Today is the birthday of Jorge Luis Borges, one of the great figures of 20th century world literature. His speculative stories and fantastical essays (always hard to discern the boundaries between them) are often described as the foundation of magical realism. But they are really unique and of themselves.
Borges was a character in my time travel graphic novel, Time Breakers, co-created with artist Chris Weston (soon to be released in a deluxe Italian edition). He appears there simply as Luis, the Blind Librarian who has read everything. Borges did indeed become blind while serving as head librarian of the Argentine National Library. If I was a Puritan I might say it was punishment for accepting the post from the Peronista government. Luckily for me (Borges is long since caring), I am not a Puritan.
By a kind of deliberate coincidence, I had planned today to work on a short story titled “Visible Cities,” itself a tribute to Italo Calvino, whose books include–beside “Invisible Cities”–the great Tarot novel, “The Castle of Crossed Destinies.” The passage I wrote struck me as at least as much Borgesian as Calvinoesque. so I offer it here as tribute to one of my literary heroes.
The Shadow Court, also known as the Court of Shadows, or the City of Shadows, did not show up in any Linear maps, though the Travelers had marked it in their Atlas of Invisible Places.
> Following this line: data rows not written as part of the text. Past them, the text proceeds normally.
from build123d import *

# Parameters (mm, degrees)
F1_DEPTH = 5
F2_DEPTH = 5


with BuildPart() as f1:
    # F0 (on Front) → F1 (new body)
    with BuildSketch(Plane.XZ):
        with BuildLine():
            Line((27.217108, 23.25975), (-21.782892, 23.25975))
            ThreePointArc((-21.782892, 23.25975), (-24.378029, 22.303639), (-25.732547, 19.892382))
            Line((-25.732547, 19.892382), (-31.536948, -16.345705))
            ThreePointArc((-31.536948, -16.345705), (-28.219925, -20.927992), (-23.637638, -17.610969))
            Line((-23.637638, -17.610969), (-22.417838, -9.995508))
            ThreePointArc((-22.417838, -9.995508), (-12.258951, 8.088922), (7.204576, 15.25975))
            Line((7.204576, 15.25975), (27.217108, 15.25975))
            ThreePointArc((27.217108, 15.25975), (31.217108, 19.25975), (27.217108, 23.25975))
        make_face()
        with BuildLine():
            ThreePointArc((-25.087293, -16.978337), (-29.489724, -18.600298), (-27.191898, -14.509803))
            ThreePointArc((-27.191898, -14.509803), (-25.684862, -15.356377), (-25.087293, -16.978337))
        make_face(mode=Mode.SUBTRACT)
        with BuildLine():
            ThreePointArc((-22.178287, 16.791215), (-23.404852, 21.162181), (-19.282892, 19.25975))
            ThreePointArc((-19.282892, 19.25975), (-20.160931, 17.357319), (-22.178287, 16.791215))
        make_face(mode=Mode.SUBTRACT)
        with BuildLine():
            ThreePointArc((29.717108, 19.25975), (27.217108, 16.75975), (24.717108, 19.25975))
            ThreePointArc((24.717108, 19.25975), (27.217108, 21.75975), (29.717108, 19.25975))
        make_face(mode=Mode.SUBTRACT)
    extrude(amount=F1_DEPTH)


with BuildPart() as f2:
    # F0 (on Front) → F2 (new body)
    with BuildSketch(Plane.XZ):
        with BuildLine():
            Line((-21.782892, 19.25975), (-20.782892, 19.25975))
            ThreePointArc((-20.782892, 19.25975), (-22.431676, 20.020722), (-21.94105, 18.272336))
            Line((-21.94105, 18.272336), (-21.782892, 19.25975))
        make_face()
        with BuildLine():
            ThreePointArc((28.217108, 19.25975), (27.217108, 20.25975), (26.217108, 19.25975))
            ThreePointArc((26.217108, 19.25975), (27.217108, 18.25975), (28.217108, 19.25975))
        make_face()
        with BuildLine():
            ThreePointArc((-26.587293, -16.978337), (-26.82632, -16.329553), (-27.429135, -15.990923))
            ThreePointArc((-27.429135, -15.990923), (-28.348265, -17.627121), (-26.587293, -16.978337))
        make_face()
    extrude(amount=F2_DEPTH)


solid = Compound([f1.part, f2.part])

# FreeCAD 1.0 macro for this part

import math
import FreeCAD as App
import Part
import Sketcher
from FreeCAD import Vector
Q = App.Units.Quantity

doc = App.newDocument("Part")
body = doc.addObject("PartDesign::Body", "Body")

sketch1 = body.newObject("Sketcher::SketchObject", "Sketch")
sketch1.AttachmentSupport = (doc.getObject("XZ_Plane"), [""])
sketch1.MapMode = "FlatFace"
sketch1.addGeometry(Part.LineSegment(Vector(27.2, 23.3, 0), Vector(-21.8, 23.3, 0)), False)
sketch1.addGeometry(Part.ArcOfCircle(Part.Circle(Vector(-21.8, 19.3, 0), Vector(0, 0, 1), 4), math.radians(90), math.radians(171)), False)
sketch1.addGeometry(Part.LineSegment(Vector(-25.7, 19.9, 0), Vector(-31.5, -16.3, 0)), False)
sketch1.addGeometry(Part.ArcOfCircle(Part.Circle(Vector(-27.6, -17, 0), Vector(0, 0, 1), 4), math.radians(171), math.radians(351)), False)
sketch1.addGeometry(Part.LineSegment(Vector(-23.6, -17.6, 0), Vector(-22.4, -10, 0)), False)
sketch1.addGeometry(Part.ArcOfCircle(Part.Circle(Vector(7.2, -14.7, 0), Vector(0, 0, 1), 30), math.radians(90), math.radians(171)), False)
sketch1.addGeometry(Part.LineSegment(Vector(7.2, 15.3, 0), Vector(27.2, 15.3, 0)), False)
sketch1.addGeometry(Part.ArcOfCircle(Part.Circle(Vector(27.2, 19.3, 0), Vector(0, 0, 1), 4), math.radians(-90), math.radians(90)), False)
sketch1.addGeometry(Part.ArcOfCircle(Part.Circle(Vector(-27.6, -17, 0), Vector(0, 0, 1), 2.5), math.radians(0), math.radians(81)), False)
sketch1.addGeometry(Part.ArcOfCircle(Part.Circle(Vector(-27.6, -17, 0), Vector(0, 0, 1), 2.5), math.radians(81), math.radians(360)), False)
sketch1.addGeometry(Part.ArcOfCircle(Part.Circle(Vector(-21.8, 19.3, 0), Vector(0, 0, 1), 2.5), math.radians(-99), math.radians(0)), False)
sketch1.addGeometry(Part.ArcOfCircle(Part.Circle(Vector(-21.8, 19.3, 0), Vector(0, 0, 1), 2.5), math.radians(0), math.radians(261)), False)
sketch1.addGeometry(Part.Circle(Vector(27.2, 19.3, 0), Vector(0, 0, 1), 2.5), False)
sketch1.addConstraint(Sketcher.Constraint("Tangent", 0, 2, 1, 1))
sketch1.addConstraint(Sketcher.Constraint("Tangent", 1, 2, 2, 1))
sketch1.addConstraint(Sketcher.Constraint("Tangent", 2, 2, 3, 1))
sketch1.addConstraint(Sketcher.Constraint("Tangent", 3, 2, 4, 1))
sketch1.addConstraint(Sketcher.Constraint("Tangent", 4, 2, 5, 2))
sketch1.addConstraint(Sketcher.Constraint("Tangent", 5, 1, 6, 1))
sketch1.addConstraint(Sketcher.Constraint("Tangent", 6, 2, 7, 1))
sketch1.addConstraint(Sketcher.Constraint("Tangent", 7, 2, 0, 1))
sketch1.addConstraint(Sketcher.Constraint("Tangent", 8, 1, 9, 2))
sketch1.addConstraint(Sketcher.Constraint("Coincident", 9, 1, 8, 2))
sketch1.addConstraint(Sketcher.Constraint("Tangent", 10, 1, 11, 2))
sketch1.addConstraint(Sketcher.Constraint("Coincident", 11, 1, 10, 2))
sketch1.addConstraint(Sketcher.Constraint("Horizontal", 0))
sketch1.addConstraint(Sketcher.Constraint("Horizontal", 6))
sketch1.addConstraint(Sketcher.Constraint("Coincident", 8, 3, 3, 3))
sketch1.addConstraint(Sketcher.Constraint("Coincident", 10, 3, 1, 3))
sketch1.addConstraint(Sketcher.Constraint("Coincident", 12, 3, 7, 3))
sketch1.addConstraint(Sketcher.Constraint("Equal", 1, 3))
sketch1.addConstraint(Sketcher.Constraint("Equal", 3, 7))
sketch1.addConstraint(Sketcher.Constraint("Equal", 9, 10))
sketch1.addConstraint(Sketcher.Constraint("Equal", 11, 12))
sketch1.addConstraint(Sketcher.Constraint("Parallel", 2, 4))
sketch1.addConstraint(Sketcher.Constraint("Horizontal", 9, 3, 8, 1))
sketch1.addConstraint(Sketcher.Constraint("Horizontal", 12, 3, 11, 1))
sketch1.addConstraint(Sketcher.Constraint("Diameter", 12, Q("5 mm")))
sketch1.addConstraint(Sketcher.Constraint("Radius", 1, Q("4.000001 mm")))
sketch1.addConstraint(Sketcher.Constraint("Radius", 5, Q("30.000001 mm")))
sketch1.addConstraint(Sketcher.Constraint("DistanceX", 0, 2, 0, 1, Q("49 mm")))
sketch1.addConstraint(Sketcher.Constraint("Angle", 2, Q("-99.1 deg")))
sketch1.addConstraint(Sketcher.Constraint("Distance", 2, Q("36.7 mm")))
sketch1.addConstraint(Sketcher.Constraint("DistanceX", 1, 3, -1, 1, Q("21.782891 mm")))
sketch1.addConstraint(Sketcher.Constraint("DistanceY", -1, 1, 1, 3, Q("19.259749 mm")))
sketch1.addConstraint(Sketcher.Constraint("DistanceX", 9, 1, 3, 2, Q("3.55426 mm")))
sketch1.addConstraint(Sketcher.Constraint("DistanceX", 1, 2, 10, 1, Q("3.55426 mm")))
pad1 = body.newObject("PartDesign::Pad", "Pad")
pad1.Profile = sketch1
pad1.Length = 5
body2 = doc.addObject("PartDesign::Body", "Body001")
body2.AllowCompound = True

sketch2 = body2.newObject("Sketcher::SketchObject", "Sketch001")
sketch2.AttachmentSupport = (doc.getObject("XZ_Plane001"), [""])
sketch2.MapMode = "FlatFace"
sketch2.addGeometry(Part.LineSegment(Vector(-21.8, 19.3, 0), Vector(-20.8, 19.3, 0)), False)
sketch2.addGeometry(Part.ArcOfCircle(Part.Circle(Vector(-21.8, 19.3, 0), Vector(0, 0, 1), 1), math.radians(0), math.radians(261)), False)
sketch2.addGeometry(Part.LineSegment(Vector(-21.9, 18.3, 0), Vector(-21.8, 19.3, 0)), False)
sketch2.addGeometry(Part.Circle(Vector(27.2, 19.3, 0), Vector(0, 0, 1), 1), False)
sketch2.addGeometry(Part.ArcOfCircle(Part.Circle(Vector(-27.6, -17, 0), Vector(0, 0, 1), 1), math.radians(0), math.radians(81)), False)
sketch2.addGeometry(Part.ArcOfCircle(Part.Circle(Vector(-27.6, -17, 0), Vector(0, 0, 1), 1), math.radians(81), math.radians(360)), False)
sketch2.addConstraint(Sketcher.Constraint("Coincident", 0, 2, 1, 1))
sketch2.addConstraint(Sketcher.Constraint("Coincident", 1, 2, 2, 1))
sketch2.addConstraint(Sketcher.Constraint("Coincident", 2, 2, 0, 1))
sketch2.addConstraint(Sketcher.Constraint("Tangent", 4, 1, 5, 2))
sketch2.addConstraint(Sketcher.Constraint("Coincident", 5, 1, 4, 2))
sketch2.addConstraint(Sketcher.Constraint("Horizontal", 0))
sketch2.addConstraint(Sketcher.Constraint("Coincident", 2, 2, 1, 3))
sketch2.addConstraint(Sketcher.Constraint("Equal", 1, 3))
sketch2.addConstraint(Sketcher.Constraint("Equal", 3, 4))
sketch2.addConstraint(Sketcher.Constraint("Horizontal", 1, 3, 3, 3))
sketch2.addConstraint(Sketcher.Constraint("Horizontal", 5, 3, 4, 1))
sketch2.addConstraint(Sketcher.Constraint("Diameter", 3, Q("2 mm")))
sketch2.addConstraint(Sketcher.Constraint("Angle", 2, Q("80.900006 deg")))
sketch2.addConstraint(Sketcher.Constraint("DistanceX", 1, 3, 3, 3, Q("49 mm")))
sketch2.addConstraint(Sketcher.Constraint("DistanceX", 4, 3, 1, 3, Q("5.804401 mm")))
sketch2.addConstraint(Sketcher.Constraint("DistanceX", 1, 3, -1, 1, Q("21.782892 mm")))
sketch2.addConstraint(Sketcher.Constraint("DistanceY", -1, 1, 1, 3, Q("19.25975 mm")))
sketch2.addConstraint(Sketcher.Constraint("DistanceY", 5, 1, 1, 2, Q("34.263259 mm")))
sketch2.addConstraint(Sketcher.Constraint("DistanceY", 4, 3, -1, 1, Q("16.978336 mm")))
pad2 = body2.newObject("PartDesign::Pad", "Pad001")
pad2.Profile = sketch2
pad2.Length = 5

doc.recompute()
As with the City of Age, the people who lived there, old as well as young, were not actually unseen, they just believed themselves to be. Not just unseen, but non-existent. What they did consider real was shadows. You did not exist, only your shadow did. To move through the streets, to talk to anyone or conduct business, or teach a class, to sit at home alone and read a book, to make love, even to sleep, you needed at least one, preferably more, light sources to cast your shadow. Indeed, if someone fell asleep and woke up to discover that their bedside lights had burned out, they would flail about in terror, or else lie frozen until the Sun came up and they could see even a sliver of shadow. When a woman gave birth the midwives positioned lamps to make sure that the baby’s shadow emerged from the shadow of the mother’s thighs.